Recommendations: animals, military, people, movies, bands, organizations,
technology, ... with a pretty picture, a subtitle, and a short description.

Top results: Wikipedia, Tiger Direct (a shop), WWF, Defenders of Wildlife,
Tiger Woods, Detroit Tigers (baseball), ... (infinite list.)

[https://encrypted.google.com/search?hl=en&q=tiger](https://encrypted.google.com/search?hl=en&q=tiger)

Single recommendation: Tiger (Animal), with a pretty picture, the life
expectancy and the scientific name.

Top results: Tiger Airways, Wikipedia, Tiger Stores (a shop), WWF, Tiger
Direct (another shop), Defender of Wildlife, ...

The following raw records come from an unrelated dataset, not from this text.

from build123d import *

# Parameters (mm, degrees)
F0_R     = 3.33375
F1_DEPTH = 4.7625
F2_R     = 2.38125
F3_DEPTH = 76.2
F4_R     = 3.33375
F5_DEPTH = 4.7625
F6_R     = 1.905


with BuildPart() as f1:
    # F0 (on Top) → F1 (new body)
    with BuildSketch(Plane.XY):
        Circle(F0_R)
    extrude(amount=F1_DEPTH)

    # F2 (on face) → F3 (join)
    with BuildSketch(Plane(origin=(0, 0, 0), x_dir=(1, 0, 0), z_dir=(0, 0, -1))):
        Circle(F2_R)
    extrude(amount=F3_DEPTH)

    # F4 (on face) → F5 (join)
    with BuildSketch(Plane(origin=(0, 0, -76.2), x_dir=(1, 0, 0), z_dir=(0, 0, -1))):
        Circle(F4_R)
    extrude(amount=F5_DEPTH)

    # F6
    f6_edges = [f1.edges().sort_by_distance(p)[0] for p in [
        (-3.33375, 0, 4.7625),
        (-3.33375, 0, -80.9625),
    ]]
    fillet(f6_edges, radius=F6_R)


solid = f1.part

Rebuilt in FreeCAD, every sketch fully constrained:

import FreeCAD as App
import Part
import Sketcher

V = App.Vector
Q = App.Units.Quantity


def edges_at(feature, points):
    """Names of the edges that pass closest to the given points."""
    edges = feature.Shape.Edges
    near = lambda p: min(range(len(edges)), key=lambda i: edges[i].distToShape(Part.Vertex(*p))[0])
    return sorted({f"Edge{near(p) + 1}" for p in points})

doc = App.newDocument("Part")
body = doc.addObject("PartDesign::Body", "Body")

sketch1 = body.newObject("Sketcher::SketchObject", "Sketch")
sketch1.AttachmentSupport = (doc.getObject("XY_Plane"), [""])
sketch1.MapMode = "FlatFace"
sketch1.addGeometry(Part.Circle(V(0, 0, 0), V(0, 0, 1), 3.3), False)
sketch1.addConstraint([
    Sketcher.Constraint("Coincident", 0, 3, -1, 1),
    Sketcher.Constraint("Diameter", 0, Q("0.2625 in")),
])
pad1 = body.newObject("PartDesign::Pad", "Pad")
pad1.Profile = sketch1
pad1.Length = Q("0.1875 in")

sketch2 = body.newObject("Sketcher::SketchObject", "Sketch001")
sketch2.AttachmentSupport = (doc.getObject("XY_Plane"), [""])
sketch2.MapMode = "FlatFace"
sketch2.addGeometry(Part.Circle(V(0, 0, 0), V(0, 0, 1), 2.4), False)
sketch2.addConstraint([
    Sketcher.Constraint("Coincident", 0, 3, -1, 1),
    Sketcher.Constraint("Diameter", 0, Q("0.1875 in")),
])
pad2 = body.newObject("PartDesign::Pad", "Pad001")
pad2.Profile = sketch2
pad2.Length = Q("3 in")
pad2.Reversed = True

sketch3 = body.newObject("Sketcher::SketchObject", "Sketch002")
sketch3.AttachmentSupport = (doc.getObject("XY_Plane"), [""])
sketch3.MapMode = "FlatFace"
sketch3.AttachmentOffset = App.Placement(V(0, 0, -3 * 25.4), App.Rotation())
sketch3.addGeometry(Part.Circle(V(0, 0, 0), V(0, 0, 1), 3.3), False)
sketch3.addConstraint([
    Sketcher.Constraint("Coincident", 0, 3, -1, 1),
    Sketcher.Constraint("Diameter", 0, Q("0.2625 in")),
])
pad3 = body.newObject("PartDesign::Pad", "Pad002")
pad3.Profile = sketch3
pad3.Length = Q("0.1875 in")
pad3.Reversed = True
doc.recompute()

fillet = body.newObject("PartDesign::Fillet", "Fillet")
fillet.Base = (pad3, edges_at(pad3, [(-3.334, 0, 4.763), (-3.334, 0, -80.963)]))
fillet.Radius = Q("0.075 in")

doc.recompute()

Special results "in the News": Tiger Airways, Tiger Woods.

I've been happily using DDG for almost a year now, but I still use `!g`
regularly because it does get confused sometimes (point is: no search engine
is perfect, but DDG makes it easy to redirect your search elsewhere.) I
switched because google was pushing g+ too hard, experimenting with the
presentation, customizing the result list based on my profile, and it was
breaking my flow (like the popup "make google your default search engine", I
get why they do it, but it required unwanted attention.) Somehow DDG convinced
me that they would be less invasive.

------
evook
I am quite satisfied with ixquick[0]. It forwards google results over a Proxy,
utilizing TLS and it relinquishes cookies. Pretty neat if you ask me.

[0] [https://www.ixquick.de/eng/](https://www.ixquick.de/eng/)?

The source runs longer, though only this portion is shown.